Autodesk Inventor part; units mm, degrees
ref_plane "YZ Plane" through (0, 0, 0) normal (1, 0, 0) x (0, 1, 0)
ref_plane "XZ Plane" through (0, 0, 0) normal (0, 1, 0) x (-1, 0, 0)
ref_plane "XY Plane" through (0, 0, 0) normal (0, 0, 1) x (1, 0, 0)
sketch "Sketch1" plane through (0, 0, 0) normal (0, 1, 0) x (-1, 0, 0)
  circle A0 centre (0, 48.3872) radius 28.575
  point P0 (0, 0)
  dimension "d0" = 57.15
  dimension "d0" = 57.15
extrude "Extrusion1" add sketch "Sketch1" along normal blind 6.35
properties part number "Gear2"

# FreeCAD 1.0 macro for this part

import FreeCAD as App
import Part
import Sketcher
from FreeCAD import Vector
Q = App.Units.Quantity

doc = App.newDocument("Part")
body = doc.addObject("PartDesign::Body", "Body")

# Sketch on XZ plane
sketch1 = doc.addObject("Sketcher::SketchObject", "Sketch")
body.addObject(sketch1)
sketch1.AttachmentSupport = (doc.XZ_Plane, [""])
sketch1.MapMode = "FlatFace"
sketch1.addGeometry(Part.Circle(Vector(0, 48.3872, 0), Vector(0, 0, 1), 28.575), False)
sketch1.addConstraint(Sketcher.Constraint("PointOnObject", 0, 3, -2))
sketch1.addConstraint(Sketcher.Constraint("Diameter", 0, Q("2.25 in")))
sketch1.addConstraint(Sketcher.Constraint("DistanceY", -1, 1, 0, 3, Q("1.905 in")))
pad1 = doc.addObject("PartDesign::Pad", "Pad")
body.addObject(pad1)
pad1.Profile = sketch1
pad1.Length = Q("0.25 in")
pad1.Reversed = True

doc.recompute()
* * *
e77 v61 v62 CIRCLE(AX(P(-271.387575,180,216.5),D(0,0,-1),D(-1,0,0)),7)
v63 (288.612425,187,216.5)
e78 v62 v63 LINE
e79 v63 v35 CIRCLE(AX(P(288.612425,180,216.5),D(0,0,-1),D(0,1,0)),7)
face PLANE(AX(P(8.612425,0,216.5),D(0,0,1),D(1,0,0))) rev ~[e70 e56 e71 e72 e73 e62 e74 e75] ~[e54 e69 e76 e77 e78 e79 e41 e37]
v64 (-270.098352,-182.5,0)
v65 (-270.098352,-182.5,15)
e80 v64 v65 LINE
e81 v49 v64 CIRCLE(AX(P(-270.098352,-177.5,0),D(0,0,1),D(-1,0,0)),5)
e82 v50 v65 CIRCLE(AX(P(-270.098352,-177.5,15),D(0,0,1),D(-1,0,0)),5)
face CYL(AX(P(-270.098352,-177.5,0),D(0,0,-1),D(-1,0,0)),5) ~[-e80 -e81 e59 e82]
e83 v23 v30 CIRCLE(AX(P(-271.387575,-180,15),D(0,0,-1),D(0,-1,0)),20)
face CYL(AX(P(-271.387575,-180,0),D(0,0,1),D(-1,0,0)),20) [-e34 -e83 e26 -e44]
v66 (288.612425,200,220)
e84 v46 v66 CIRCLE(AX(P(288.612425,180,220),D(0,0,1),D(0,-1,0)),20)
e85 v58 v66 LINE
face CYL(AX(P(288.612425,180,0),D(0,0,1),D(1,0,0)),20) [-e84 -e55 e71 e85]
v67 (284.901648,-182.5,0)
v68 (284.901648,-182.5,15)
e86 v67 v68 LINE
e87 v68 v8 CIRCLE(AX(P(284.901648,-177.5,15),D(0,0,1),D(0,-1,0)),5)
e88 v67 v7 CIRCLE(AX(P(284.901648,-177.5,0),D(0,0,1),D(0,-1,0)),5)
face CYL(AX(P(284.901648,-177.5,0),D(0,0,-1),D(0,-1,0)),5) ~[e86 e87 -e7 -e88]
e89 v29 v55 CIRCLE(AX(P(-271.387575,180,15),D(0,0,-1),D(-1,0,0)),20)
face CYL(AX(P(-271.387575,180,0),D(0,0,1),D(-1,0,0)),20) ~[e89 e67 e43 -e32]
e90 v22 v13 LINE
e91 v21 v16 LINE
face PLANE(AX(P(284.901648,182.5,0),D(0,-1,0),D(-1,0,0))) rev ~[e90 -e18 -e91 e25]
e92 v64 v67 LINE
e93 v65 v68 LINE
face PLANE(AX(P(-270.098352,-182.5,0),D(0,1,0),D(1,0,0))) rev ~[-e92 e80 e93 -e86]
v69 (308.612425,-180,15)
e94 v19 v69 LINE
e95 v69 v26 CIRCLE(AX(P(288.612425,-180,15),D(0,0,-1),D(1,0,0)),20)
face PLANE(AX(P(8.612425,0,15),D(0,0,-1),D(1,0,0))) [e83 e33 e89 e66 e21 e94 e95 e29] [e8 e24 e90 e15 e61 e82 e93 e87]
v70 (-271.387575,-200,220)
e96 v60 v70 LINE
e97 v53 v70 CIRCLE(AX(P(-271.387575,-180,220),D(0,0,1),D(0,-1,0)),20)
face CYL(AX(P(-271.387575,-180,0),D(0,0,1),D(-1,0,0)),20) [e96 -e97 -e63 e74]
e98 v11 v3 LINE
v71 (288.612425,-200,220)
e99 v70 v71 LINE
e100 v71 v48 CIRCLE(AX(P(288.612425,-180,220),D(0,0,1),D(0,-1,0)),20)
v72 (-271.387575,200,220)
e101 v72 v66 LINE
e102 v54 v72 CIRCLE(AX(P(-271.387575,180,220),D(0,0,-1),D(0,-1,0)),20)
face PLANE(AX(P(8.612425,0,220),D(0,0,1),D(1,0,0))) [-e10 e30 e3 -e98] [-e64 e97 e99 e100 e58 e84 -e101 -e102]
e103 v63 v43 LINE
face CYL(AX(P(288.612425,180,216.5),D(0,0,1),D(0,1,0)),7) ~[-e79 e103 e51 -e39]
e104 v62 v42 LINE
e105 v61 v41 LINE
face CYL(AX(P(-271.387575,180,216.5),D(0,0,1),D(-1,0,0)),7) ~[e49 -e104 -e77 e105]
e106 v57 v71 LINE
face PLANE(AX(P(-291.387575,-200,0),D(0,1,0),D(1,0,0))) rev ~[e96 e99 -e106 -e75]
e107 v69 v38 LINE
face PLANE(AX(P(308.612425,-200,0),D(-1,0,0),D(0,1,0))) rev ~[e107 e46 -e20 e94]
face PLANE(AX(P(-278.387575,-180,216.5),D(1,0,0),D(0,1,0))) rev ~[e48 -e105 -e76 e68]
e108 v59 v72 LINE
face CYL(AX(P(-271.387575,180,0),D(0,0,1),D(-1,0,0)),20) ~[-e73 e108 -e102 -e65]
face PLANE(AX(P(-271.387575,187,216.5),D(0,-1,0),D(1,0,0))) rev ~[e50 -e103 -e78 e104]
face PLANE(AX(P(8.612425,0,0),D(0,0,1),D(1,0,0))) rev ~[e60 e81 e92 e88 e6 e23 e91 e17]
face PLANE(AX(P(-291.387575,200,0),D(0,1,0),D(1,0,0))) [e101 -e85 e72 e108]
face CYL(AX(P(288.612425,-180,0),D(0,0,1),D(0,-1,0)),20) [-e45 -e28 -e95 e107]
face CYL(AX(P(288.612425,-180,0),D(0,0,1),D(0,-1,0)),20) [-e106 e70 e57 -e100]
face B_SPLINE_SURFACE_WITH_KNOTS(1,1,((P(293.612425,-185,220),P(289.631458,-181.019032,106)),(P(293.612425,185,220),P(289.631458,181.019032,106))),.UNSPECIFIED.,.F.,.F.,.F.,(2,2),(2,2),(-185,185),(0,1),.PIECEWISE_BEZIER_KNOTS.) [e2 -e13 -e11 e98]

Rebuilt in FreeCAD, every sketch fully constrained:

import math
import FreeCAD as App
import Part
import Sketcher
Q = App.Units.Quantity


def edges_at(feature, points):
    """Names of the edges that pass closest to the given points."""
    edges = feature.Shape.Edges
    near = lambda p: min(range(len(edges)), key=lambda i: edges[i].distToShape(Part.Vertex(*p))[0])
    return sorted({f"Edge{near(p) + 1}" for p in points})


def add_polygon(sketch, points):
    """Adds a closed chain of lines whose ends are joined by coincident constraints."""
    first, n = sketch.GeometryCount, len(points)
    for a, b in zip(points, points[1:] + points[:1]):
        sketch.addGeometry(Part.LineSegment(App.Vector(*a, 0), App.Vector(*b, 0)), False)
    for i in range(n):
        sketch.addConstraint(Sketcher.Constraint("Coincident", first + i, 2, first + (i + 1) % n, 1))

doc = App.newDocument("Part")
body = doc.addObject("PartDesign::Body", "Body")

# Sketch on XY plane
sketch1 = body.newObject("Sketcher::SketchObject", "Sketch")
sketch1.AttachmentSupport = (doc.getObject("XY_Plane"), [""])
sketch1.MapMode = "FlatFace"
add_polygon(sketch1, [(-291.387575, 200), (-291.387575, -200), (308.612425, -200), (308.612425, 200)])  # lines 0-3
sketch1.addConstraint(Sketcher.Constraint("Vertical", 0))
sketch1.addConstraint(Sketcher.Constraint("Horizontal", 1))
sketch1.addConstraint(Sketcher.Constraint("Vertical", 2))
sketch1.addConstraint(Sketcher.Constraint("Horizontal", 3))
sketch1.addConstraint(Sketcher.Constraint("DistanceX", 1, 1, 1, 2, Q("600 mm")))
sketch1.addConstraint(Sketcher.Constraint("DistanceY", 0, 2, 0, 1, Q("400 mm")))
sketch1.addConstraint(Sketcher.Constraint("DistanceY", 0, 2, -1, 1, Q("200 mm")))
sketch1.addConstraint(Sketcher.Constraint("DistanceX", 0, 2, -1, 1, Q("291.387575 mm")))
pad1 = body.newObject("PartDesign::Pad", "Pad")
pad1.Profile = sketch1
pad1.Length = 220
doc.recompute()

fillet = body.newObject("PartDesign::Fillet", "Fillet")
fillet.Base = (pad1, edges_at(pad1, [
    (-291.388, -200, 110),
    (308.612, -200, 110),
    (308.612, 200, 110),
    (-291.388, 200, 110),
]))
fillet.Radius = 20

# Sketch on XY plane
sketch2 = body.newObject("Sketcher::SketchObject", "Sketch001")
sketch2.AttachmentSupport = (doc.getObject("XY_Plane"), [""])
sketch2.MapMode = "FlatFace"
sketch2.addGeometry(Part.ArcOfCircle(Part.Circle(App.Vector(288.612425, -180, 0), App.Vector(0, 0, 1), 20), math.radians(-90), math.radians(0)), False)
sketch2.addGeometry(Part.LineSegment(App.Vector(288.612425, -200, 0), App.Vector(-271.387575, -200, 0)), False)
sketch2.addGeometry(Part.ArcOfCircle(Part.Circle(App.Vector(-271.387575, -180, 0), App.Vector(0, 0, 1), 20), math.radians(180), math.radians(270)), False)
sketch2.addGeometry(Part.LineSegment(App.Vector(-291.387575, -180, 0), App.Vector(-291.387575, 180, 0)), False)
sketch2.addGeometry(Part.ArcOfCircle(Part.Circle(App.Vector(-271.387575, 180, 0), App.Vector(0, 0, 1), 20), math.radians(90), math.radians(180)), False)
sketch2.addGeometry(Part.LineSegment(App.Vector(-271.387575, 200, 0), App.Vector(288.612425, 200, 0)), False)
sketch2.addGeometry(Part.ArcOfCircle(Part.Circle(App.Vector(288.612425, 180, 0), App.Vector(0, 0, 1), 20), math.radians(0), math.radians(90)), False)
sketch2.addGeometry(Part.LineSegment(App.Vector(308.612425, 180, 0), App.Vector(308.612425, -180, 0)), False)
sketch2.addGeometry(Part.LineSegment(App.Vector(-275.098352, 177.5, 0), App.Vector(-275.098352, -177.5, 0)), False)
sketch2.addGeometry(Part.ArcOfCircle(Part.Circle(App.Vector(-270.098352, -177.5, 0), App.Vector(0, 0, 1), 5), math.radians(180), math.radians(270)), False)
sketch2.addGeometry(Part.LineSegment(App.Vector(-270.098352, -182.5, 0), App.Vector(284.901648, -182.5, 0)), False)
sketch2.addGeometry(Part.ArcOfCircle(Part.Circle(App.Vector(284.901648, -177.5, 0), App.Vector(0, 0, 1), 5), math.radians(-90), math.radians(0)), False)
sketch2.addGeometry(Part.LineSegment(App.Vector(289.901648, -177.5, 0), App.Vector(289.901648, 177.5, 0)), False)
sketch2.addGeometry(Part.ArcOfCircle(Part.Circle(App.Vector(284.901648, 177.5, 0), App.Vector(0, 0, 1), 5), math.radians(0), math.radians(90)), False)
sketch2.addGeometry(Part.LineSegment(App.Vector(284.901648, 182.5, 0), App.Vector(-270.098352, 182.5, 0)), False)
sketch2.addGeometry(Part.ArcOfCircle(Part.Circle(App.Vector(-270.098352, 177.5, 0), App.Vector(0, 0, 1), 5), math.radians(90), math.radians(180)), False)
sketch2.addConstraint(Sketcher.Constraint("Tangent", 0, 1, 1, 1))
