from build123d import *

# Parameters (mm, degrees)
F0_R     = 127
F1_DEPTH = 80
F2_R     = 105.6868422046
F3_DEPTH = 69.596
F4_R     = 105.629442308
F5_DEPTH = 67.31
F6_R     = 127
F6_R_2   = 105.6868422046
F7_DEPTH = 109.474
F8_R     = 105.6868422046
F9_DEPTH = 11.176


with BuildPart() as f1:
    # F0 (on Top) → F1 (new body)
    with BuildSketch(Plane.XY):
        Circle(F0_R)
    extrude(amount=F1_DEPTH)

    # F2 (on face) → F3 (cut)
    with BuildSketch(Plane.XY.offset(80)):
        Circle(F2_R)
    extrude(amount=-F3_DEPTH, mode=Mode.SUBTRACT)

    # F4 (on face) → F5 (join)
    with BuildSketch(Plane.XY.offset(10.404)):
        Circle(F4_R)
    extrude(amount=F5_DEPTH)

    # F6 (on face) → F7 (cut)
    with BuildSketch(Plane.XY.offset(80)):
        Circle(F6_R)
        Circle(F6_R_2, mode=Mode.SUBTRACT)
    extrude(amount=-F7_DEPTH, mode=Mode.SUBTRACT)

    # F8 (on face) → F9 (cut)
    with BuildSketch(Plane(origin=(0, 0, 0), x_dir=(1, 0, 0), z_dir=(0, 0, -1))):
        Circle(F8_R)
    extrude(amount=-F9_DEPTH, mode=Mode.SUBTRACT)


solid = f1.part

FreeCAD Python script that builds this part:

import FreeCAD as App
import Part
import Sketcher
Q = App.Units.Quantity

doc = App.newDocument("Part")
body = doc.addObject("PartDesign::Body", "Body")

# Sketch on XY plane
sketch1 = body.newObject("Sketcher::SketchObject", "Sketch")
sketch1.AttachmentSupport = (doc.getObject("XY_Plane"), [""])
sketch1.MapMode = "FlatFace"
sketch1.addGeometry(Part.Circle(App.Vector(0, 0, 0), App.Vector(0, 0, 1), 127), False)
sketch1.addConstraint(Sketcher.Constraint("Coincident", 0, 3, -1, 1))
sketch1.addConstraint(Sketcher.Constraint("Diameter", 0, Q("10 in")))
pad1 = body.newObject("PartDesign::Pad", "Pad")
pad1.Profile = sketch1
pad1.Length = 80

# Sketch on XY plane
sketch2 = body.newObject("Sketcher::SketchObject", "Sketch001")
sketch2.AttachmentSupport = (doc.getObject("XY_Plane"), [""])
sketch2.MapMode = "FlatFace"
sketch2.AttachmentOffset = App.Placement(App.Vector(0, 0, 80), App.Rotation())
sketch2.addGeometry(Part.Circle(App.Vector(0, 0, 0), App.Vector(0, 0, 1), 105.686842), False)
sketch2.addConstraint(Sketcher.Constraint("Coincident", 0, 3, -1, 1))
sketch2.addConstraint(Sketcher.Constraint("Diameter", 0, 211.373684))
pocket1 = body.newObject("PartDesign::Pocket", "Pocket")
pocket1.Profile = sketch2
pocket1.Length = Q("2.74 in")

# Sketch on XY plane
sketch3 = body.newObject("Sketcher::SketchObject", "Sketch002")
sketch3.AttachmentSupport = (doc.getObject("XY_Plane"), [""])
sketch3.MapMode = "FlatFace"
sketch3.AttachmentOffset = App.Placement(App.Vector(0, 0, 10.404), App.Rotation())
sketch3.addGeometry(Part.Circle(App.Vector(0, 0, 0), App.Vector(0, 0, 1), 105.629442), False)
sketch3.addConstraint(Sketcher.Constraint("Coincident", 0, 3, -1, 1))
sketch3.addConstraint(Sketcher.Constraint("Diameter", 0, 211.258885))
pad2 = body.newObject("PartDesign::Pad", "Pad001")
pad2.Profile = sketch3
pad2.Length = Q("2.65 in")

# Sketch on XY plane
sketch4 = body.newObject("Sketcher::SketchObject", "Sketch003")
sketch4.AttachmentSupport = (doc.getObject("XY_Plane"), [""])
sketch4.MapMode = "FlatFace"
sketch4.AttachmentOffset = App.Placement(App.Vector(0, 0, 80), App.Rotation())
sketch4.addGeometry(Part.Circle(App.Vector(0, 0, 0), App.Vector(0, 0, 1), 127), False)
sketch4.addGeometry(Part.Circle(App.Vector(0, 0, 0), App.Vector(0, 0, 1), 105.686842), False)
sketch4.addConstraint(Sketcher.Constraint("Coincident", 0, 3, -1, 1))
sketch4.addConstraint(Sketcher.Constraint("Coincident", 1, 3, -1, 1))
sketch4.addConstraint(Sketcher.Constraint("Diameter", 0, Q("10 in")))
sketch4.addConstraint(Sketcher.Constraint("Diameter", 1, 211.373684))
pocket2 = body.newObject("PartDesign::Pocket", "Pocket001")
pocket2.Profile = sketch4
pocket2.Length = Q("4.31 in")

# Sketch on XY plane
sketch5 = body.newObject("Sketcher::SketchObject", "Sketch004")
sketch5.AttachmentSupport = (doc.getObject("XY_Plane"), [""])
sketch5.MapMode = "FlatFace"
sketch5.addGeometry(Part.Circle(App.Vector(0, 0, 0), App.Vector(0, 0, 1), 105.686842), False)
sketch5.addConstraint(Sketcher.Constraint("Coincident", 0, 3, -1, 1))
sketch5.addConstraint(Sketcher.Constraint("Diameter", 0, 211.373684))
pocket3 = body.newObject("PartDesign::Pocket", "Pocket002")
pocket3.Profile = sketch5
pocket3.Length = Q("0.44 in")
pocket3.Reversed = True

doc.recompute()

• _YOUR OBJECTIVE_: Both end lines included, restate word for word the lines above from the line with "5), math.radians(0), math.radians(90)), False)" to the line with "Circle(F6_R)", and nothing else.

• _WORKED SOLUTION_:
sketch2.addGeometry(Part.ArcOfCircle(Part.Circle(App.Vector(284.901648, 177.5, 0), App.Vector(0, 0, 1), 5), math.radians(0), math.radians(90)), False)
sketch2.addGeometry(Part.LineSegment(App.Vector(284.901648, 182.5, 0), App.Vector(-270.098352, 182.5, 0)), False)
sketch2.addGeometry(Part.ArcOfCircle(Part.Circle(App.Vector(-270.098352, 177.5, 0), App.Vector(0, 0, 1), 5), math.radians(90), math.radians(180)), False)
sketch2.addConstraint(Sketcher.Constraint("Tangent", 0, 1, 1, 1))
from build123d import *

# Parameters (mm, degrees)
F0_R     = 127
F1_DEPTH = 80
F2_R     = 105.6868422046
F3_DEPTH = 69.596
F4_R     = 105.629442308
F5_DEPTH = 67.31
F6_R     = 127
F6_R_2   = 105.6868422046
F7_DEPTH = 109.474
F8_R     = 105.6868422046
F9_DEPTH = 11.176


with BuildPart() as f1:
    # F0 (on Top) → F1 (new body)
    with BuildSketch(Plane.XY):
        Circle(F0_R)
    extrude(amount=F1_DEPTH)

    # F2 (on face) → F3 (cut)
    with BuildSketch(Plane.XY.offset(80)):
        Circle(F2_R)
    extrude(amount=-F3_DEPTH, mode=Mode.SUBTRACT)

    # F4 (on face) → F5 (join)
    with BuildSketch(Plane.XY.offset(10.404)):
        Circle(F4_R)
    extrude(amount=F5_DEPTH)

    # F6 (on face) → F7 (cut)
    with BuildSketch(Plane.XY.offset(80)):
        Circle(F6_R)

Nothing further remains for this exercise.